• WORK ITEM
Nothing below is to be printed except the lines between the line holding "#74=ADVANCED_FACE('',(#71),#73,.T.);" and the line holding "#89=ORIENTED_EDGE('',*,*,#86,.F.);", inclusive, each exactly as it appears.

• DATA PROVIDED
#####

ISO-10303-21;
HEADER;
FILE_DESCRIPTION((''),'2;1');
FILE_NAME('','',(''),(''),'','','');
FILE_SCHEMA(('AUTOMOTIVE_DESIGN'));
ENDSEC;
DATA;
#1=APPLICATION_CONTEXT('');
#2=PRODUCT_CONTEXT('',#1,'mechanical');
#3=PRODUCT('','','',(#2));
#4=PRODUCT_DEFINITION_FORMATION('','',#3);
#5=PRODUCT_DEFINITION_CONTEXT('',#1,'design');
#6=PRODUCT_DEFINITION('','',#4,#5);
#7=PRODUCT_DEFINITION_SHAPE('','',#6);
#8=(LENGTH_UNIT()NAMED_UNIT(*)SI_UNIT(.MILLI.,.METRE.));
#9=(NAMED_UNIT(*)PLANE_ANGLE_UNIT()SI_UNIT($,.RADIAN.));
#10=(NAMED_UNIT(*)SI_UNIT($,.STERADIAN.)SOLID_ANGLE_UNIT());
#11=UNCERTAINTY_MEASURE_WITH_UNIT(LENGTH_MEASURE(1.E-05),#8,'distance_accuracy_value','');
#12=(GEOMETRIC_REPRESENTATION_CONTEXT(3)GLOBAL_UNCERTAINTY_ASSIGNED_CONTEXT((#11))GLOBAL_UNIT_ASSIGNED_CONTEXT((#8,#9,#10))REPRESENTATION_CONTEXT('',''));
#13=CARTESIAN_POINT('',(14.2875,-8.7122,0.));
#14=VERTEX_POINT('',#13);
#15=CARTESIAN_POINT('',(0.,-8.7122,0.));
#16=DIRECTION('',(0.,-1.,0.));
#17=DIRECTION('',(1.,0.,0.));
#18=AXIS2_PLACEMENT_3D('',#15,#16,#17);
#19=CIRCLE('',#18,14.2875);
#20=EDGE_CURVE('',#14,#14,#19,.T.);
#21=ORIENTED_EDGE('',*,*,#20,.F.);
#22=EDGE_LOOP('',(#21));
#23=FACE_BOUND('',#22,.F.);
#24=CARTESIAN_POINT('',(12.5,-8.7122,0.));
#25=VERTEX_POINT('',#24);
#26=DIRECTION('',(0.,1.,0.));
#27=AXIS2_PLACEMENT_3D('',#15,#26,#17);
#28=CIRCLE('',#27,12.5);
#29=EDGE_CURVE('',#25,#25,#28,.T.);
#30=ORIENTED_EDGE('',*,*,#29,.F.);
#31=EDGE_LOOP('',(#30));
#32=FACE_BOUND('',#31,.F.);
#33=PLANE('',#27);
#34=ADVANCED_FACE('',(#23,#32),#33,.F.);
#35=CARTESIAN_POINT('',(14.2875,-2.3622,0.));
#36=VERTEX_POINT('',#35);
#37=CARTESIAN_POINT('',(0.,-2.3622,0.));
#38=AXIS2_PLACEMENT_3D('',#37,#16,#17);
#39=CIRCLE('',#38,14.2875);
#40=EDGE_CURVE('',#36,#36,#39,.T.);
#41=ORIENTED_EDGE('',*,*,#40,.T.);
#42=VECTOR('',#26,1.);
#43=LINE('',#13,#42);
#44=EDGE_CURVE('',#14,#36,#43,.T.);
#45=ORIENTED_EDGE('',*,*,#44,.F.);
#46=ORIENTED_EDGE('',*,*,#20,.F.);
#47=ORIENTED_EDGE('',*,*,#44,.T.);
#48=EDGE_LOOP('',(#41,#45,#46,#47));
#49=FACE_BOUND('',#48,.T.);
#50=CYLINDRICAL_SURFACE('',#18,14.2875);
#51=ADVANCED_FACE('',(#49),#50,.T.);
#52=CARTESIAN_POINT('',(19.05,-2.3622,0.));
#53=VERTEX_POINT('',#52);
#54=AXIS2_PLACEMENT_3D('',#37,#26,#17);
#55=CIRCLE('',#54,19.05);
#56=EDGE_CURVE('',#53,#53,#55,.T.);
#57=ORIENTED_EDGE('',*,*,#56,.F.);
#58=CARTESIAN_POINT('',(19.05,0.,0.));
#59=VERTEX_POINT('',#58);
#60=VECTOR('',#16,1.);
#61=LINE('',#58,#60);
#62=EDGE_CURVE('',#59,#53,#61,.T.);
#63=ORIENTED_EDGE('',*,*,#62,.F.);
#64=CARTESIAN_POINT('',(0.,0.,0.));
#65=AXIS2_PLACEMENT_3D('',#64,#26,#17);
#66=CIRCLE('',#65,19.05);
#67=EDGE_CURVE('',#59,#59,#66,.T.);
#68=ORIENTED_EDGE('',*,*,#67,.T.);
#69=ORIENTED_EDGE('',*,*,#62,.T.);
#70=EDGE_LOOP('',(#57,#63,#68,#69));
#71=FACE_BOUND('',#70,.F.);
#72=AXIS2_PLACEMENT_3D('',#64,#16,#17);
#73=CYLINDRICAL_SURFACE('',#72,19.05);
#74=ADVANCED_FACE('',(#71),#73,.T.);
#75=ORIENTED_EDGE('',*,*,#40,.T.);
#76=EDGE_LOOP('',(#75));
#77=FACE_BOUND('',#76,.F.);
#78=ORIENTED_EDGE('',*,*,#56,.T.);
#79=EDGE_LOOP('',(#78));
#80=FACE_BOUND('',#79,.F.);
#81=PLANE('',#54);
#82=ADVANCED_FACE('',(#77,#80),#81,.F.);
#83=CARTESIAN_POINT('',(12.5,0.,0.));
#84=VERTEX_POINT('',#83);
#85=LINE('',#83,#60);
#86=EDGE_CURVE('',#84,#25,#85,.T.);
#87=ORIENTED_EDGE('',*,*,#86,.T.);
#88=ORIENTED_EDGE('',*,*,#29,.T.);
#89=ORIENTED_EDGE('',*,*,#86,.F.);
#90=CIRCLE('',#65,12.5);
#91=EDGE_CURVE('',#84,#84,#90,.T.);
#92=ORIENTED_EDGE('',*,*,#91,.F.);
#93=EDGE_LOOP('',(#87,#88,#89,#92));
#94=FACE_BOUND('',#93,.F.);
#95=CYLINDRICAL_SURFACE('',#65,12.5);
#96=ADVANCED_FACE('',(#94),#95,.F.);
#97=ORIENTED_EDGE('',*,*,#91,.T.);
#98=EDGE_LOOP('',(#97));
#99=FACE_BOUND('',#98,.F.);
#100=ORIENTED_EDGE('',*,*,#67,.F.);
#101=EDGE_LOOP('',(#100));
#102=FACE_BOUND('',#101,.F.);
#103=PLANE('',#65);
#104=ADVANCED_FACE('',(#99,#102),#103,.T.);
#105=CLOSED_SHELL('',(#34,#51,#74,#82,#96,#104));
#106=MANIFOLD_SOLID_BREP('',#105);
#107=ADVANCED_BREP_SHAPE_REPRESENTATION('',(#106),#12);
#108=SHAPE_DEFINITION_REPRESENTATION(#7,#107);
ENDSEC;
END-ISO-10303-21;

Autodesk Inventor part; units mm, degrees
ref_plane "YZ Plane" through (0, 0, 0) normal (1, 0, 0) x (0, 1, 0)
ref_plane "XZ Plane" through (0, 0, 0) normal (0, 1, 0) x (-1, 0, 0)
ref_plane "XY Plane" through (0, 0, 0) normal (0, 0, 1) x (1, 0, 0)
sketch "Sketch1" plane through (0, 0, 0) normal (0, 0, 1) x (1, 0, 0)
  line L0 (0, 0) -> (19.05, 0)
  line L1 (19.05, 0) -> (19.05, -2.3622)
  line L2 (19.05, -2.3622) -> (14.8082, -2.3622)
  line L3 (14.8082, -2.3622) -> (14.8082, -8.7122)
  line L4 (14.8082, -8.7122) -> (0, -8.7122)
  line L5 (0, -8.7122) -> (0, 0)
  dimension "d2" = 19.05
  dimension "d3" = 2.3622
  dimension "d4" = 4.2418
  dimension "d5" = 6.35
revolve "Revolution1" add sketch "Sketch1" angle 360 about axis through (0, -8.7122, 0) along (0, 1, 0)
sketch "Sketch2" plane through (0, 0, 0) normal (0, 1, 0) x (1, 0, 0)
  circle A0 centre (0, 0) radius 12.5
  dimension "d7" = 25
extrude "Extrusion1" cut sketch "Sketch2" against normal blind 25.4
sketch "Sketch3" plane through (0, -8.7122, 0) normal (0, -1, 0) x (1, 0, 0)
  circle A0 centre (0, 0) radius 14.2875
  circle A1 centre (0, 0) radius 14.8082
  dimension "d10" = 28.575
extrude "Extrusion2" cut sketch "Sketch3" against normal blind 6.35
properties part number "BevelWheelSpace" material "ABS Plastic"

#####

• EXPECTED ANSWER
#74=ADVANCED_FACE('',(#71),#73,.T.);
#75=ORIENTED_EDGE('',*,*,#40,.T.);
#76=EDGE_LOOP('',(#75));
#77=FACE_BOUND('',#76,.F.);
#78=ORIENTED_EDGE('',*,*,#56,.T.);
#79=EDGE_LOOP('',(#78));
#80=FACE_BOUND('',#79,.F.);
#81=PLANE('',#54);
#82=ADVANCED_FACE('',(#77,#80),#81,.F.);
#83=CARTESIAN_POINT('',(12.5,0.,0.));
#84=VERTEX_POINT('',#83);
#85=LINE('',#83,#60);
#86=EDGE_CURVE('',#84,#25,#85,.T.);
#87=ORIENTED_EDGE('',*,*,#86,.T.);
#88=ORIENTED_EDGE('',*,*,#29,.T.);
#89=ORIENTED_EDGE('',*,*,#86,.F.);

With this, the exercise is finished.